■ **TASK DESCRIPTION**:
From the data below, set down exactly the lines between the one holding "v 9.798 5.345 0" and the one holding "v -9.84 -5.297 0", inclusive, and no others.

(ENTRIES SHOWN Opens)

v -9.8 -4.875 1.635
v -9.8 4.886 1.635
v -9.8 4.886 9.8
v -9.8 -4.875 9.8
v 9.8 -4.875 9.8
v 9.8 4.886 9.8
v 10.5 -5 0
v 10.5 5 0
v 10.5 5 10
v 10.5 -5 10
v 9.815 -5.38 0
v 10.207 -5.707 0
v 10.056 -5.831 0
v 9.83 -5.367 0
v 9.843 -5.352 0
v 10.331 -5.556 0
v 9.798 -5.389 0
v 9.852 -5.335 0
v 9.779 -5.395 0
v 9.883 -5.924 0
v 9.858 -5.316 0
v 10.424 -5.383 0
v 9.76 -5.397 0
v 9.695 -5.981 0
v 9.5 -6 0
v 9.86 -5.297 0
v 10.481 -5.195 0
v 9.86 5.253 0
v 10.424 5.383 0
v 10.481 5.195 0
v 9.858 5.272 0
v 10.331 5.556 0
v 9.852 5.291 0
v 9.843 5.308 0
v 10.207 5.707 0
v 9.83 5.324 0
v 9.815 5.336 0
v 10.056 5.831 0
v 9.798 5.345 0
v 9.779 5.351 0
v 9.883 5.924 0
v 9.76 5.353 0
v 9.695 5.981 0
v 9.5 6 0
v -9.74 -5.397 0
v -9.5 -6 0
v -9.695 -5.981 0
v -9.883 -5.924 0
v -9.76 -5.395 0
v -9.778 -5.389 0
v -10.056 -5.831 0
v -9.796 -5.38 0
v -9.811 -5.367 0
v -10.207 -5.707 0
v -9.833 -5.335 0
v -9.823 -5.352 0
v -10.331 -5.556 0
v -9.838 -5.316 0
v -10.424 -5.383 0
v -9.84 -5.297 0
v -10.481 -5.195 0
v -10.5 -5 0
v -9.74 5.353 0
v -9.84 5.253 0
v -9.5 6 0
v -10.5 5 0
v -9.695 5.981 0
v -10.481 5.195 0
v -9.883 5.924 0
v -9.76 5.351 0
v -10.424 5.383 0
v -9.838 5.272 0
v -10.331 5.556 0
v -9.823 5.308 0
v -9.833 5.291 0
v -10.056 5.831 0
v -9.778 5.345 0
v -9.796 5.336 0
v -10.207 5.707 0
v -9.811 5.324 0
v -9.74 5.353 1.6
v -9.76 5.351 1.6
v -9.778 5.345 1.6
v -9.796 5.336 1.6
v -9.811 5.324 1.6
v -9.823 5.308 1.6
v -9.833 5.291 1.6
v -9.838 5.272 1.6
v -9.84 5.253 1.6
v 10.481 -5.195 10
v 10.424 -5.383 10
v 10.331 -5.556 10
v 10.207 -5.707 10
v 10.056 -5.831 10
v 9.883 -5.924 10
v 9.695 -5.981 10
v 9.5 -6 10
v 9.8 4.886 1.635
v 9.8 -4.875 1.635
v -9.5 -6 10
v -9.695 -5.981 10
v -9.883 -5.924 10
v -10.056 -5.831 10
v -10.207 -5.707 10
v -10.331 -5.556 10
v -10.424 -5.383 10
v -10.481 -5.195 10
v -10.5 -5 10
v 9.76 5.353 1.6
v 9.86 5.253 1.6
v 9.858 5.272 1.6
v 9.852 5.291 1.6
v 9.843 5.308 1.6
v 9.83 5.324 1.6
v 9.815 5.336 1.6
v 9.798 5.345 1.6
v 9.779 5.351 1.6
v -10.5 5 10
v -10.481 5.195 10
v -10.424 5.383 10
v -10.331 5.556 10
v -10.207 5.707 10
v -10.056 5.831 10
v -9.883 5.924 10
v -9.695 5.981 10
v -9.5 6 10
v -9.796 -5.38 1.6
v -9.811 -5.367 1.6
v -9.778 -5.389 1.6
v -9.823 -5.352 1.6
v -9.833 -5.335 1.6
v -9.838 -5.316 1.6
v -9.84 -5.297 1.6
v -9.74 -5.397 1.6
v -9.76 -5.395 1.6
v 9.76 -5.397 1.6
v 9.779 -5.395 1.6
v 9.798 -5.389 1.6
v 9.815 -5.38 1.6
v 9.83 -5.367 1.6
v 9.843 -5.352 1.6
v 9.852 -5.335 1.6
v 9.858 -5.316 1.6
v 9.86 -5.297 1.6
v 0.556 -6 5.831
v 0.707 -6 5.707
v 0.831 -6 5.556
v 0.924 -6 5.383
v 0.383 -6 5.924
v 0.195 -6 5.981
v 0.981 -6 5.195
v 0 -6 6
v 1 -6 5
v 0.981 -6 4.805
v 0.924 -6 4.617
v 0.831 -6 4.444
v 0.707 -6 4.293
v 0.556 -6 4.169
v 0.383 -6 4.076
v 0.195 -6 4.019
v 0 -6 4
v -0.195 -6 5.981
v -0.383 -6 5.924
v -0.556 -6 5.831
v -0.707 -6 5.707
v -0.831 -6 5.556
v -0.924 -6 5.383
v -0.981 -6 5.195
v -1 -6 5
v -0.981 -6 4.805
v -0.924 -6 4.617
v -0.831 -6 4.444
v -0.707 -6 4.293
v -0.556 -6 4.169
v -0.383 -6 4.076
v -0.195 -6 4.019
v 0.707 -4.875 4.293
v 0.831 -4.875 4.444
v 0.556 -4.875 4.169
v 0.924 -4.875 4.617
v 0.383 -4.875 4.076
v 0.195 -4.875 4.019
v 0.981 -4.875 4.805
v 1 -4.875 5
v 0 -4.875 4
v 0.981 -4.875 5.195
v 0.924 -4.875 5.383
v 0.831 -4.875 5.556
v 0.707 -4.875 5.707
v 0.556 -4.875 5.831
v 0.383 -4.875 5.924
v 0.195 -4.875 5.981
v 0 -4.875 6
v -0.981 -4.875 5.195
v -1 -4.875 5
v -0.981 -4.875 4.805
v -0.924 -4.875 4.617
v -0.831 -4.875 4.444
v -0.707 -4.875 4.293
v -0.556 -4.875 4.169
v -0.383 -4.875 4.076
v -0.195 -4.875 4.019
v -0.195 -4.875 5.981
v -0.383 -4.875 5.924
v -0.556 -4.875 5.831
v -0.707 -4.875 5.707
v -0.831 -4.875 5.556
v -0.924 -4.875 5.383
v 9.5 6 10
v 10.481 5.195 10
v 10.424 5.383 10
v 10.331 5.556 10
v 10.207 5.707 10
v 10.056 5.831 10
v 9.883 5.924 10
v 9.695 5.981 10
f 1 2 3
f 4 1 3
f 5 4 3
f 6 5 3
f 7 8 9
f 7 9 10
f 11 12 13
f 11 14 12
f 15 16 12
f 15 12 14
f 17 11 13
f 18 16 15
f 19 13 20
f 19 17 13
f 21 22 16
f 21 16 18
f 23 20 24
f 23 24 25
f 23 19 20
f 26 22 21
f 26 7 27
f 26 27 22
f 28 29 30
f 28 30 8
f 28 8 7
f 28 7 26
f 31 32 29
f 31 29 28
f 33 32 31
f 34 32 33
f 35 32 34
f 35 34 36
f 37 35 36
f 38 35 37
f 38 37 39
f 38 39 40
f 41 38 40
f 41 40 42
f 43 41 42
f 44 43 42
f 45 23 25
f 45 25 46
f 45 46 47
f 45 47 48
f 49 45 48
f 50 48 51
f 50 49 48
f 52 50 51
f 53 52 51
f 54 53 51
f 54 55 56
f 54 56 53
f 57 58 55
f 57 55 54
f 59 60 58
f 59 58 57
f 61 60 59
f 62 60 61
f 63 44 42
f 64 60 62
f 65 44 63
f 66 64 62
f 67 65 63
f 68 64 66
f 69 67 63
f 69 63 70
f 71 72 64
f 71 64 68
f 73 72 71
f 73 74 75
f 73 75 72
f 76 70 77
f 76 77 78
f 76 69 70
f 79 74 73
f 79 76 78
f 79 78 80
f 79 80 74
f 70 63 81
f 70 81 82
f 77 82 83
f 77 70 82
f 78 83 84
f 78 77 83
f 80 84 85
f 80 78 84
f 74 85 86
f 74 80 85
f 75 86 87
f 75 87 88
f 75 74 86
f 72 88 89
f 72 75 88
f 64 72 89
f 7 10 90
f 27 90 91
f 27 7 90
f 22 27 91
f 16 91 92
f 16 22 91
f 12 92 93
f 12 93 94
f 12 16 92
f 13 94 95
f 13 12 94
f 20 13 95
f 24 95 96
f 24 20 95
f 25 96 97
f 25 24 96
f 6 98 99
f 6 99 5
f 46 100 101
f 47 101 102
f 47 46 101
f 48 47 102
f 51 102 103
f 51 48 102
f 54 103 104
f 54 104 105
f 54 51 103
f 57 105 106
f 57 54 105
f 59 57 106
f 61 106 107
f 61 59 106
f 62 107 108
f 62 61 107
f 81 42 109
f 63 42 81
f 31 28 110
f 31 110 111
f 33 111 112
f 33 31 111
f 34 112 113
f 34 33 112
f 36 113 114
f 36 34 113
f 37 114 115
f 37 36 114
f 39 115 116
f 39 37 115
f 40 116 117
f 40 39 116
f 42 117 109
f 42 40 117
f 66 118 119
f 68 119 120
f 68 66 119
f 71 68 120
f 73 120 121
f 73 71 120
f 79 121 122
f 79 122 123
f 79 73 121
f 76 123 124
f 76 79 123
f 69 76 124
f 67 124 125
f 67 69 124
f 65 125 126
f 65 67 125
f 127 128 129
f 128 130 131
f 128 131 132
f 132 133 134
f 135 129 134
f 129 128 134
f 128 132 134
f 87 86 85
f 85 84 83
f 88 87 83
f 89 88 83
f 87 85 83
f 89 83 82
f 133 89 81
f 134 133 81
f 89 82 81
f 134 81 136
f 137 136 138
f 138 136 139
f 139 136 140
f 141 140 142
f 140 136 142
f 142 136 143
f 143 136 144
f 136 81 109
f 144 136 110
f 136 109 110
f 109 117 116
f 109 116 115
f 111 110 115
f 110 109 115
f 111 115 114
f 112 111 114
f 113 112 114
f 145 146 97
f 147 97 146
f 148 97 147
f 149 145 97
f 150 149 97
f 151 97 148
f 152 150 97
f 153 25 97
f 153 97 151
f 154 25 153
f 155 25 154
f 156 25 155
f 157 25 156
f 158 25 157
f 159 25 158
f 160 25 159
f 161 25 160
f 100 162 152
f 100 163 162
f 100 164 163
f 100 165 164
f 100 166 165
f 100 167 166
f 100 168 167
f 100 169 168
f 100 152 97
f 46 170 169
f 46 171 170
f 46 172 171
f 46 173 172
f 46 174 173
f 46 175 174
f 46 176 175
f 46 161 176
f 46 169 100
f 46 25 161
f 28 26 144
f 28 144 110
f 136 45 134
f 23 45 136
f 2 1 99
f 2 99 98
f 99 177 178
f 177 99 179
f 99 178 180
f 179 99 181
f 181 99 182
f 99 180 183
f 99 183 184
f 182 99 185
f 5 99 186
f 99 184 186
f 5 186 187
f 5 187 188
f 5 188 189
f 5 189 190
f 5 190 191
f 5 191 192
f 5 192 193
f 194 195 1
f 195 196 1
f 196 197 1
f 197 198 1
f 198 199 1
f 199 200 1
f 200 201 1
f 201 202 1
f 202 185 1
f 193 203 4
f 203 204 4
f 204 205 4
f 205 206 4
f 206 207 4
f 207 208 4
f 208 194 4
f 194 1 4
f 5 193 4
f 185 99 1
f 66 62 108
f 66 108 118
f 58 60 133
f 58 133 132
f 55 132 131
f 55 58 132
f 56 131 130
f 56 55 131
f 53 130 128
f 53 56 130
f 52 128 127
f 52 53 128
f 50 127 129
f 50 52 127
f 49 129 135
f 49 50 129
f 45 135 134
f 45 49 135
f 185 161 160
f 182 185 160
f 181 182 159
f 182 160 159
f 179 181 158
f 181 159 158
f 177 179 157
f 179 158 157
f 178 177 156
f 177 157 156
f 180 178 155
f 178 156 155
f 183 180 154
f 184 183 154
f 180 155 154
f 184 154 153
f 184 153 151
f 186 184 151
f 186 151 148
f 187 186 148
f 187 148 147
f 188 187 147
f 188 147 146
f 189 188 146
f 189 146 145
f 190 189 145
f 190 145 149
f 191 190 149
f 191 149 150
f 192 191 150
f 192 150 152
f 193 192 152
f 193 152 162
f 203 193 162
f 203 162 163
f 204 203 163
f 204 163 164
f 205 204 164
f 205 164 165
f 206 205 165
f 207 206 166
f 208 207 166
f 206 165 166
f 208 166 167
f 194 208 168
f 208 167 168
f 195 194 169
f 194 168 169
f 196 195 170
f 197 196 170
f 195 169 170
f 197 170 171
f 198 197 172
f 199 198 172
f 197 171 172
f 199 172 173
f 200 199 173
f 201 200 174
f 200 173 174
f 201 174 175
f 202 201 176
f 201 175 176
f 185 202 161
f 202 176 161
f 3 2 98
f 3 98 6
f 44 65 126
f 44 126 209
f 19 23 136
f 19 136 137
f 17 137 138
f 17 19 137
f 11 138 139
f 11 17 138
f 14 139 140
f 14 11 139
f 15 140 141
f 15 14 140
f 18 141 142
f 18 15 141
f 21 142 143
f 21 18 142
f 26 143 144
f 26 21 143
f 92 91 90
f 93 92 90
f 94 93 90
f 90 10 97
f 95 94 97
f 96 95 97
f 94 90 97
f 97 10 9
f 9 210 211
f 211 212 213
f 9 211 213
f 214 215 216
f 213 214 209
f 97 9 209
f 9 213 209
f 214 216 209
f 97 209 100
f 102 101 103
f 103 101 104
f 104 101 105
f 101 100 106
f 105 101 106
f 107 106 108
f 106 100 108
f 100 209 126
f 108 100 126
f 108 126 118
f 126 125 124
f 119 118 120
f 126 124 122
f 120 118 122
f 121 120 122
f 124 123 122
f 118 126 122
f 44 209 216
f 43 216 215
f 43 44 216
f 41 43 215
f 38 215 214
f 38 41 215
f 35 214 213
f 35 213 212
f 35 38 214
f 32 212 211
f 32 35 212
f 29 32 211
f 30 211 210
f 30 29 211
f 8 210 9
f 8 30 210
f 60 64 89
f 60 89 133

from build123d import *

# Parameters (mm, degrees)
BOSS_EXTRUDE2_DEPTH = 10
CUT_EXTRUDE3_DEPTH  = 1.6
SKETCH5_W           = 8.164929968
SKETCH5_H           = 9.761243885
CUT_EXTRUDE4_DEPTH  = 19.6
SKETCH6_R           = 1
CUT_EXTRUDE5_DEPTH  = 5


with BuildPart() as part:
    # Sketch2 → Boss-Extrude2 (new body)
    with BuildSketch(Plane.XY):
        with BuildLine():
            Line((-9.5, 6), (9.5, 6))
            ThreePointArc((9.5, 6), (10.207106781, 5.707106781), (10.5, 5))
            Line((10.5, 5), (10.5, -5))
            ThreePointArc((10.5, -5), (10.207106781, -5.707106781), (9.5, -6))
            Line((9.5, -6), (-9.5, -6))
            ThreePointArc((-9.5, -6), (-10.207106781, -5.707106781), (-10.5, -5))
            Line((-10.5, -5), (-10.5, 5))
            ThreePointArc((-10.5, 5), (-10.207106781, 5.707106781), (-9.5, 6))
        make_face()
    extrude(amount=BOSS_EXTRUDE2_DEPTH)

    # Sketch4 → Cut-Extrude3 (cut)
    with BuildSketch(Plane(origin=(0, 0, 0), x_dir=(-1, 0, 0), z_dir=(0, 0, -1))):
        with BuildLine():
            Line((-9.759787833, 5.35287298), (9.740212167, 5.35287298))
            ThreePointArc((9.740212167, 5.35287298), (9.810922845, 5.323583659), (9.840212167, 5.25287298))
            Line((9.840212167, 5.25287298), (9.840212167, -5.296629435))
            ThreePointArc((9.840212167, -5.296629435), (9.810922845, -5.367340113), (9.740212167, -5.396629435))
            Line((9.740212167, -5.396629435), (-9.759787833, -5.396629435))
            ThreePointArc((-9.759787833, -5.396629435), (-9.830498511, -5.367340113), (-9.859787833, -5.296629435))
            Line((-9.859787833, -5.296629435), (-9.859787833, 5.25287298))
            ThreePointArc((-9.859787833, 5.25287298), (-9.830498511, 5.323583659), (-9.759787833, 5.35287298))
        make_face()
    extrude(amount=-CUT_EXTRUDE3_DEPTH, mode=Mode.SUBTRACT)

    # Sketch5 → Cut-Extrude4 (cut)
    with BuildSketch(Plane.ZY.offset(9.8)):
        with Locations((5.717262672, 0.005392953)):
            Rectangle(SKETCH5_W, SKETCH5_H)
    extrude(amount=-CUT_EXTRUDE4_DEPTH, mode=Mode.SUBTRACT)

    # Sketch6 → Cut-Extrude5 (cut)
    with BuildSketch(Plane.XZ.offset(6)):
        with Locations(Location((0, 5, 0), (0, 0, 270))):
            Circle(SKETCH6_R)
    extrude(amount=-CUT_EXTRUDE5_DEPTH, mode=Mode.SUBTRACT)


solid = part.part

(ENTRIES SHOWN Closes)

■ **OUTPUT OF THE TASK**:
v 9.798 5.345 0
v 9.779 5.351 0
v 9.883 5.924 0
v 9.76 5.353 0
v 9.695 5.981 0
v 9.5 6 0
v -9.74 -5.397 0
v -9.5 -6 0
v -9.695 -5.981 0
v -9.883 -5.924 0
v -9.76 -5.395 0
v -9.778 -5.389 0
v -10.056 -5.831 0
v -9.796 -5.38 0
v -9.811 -5.367 0
v -10.207 -5.707 0
v -9.833 -5.335 0
v -9.823 -5.352 0
v -10.331 -5.556 0
v -9.838 -5.316 0
v -10.424 -5.383 0
v -9.84 -5.297 0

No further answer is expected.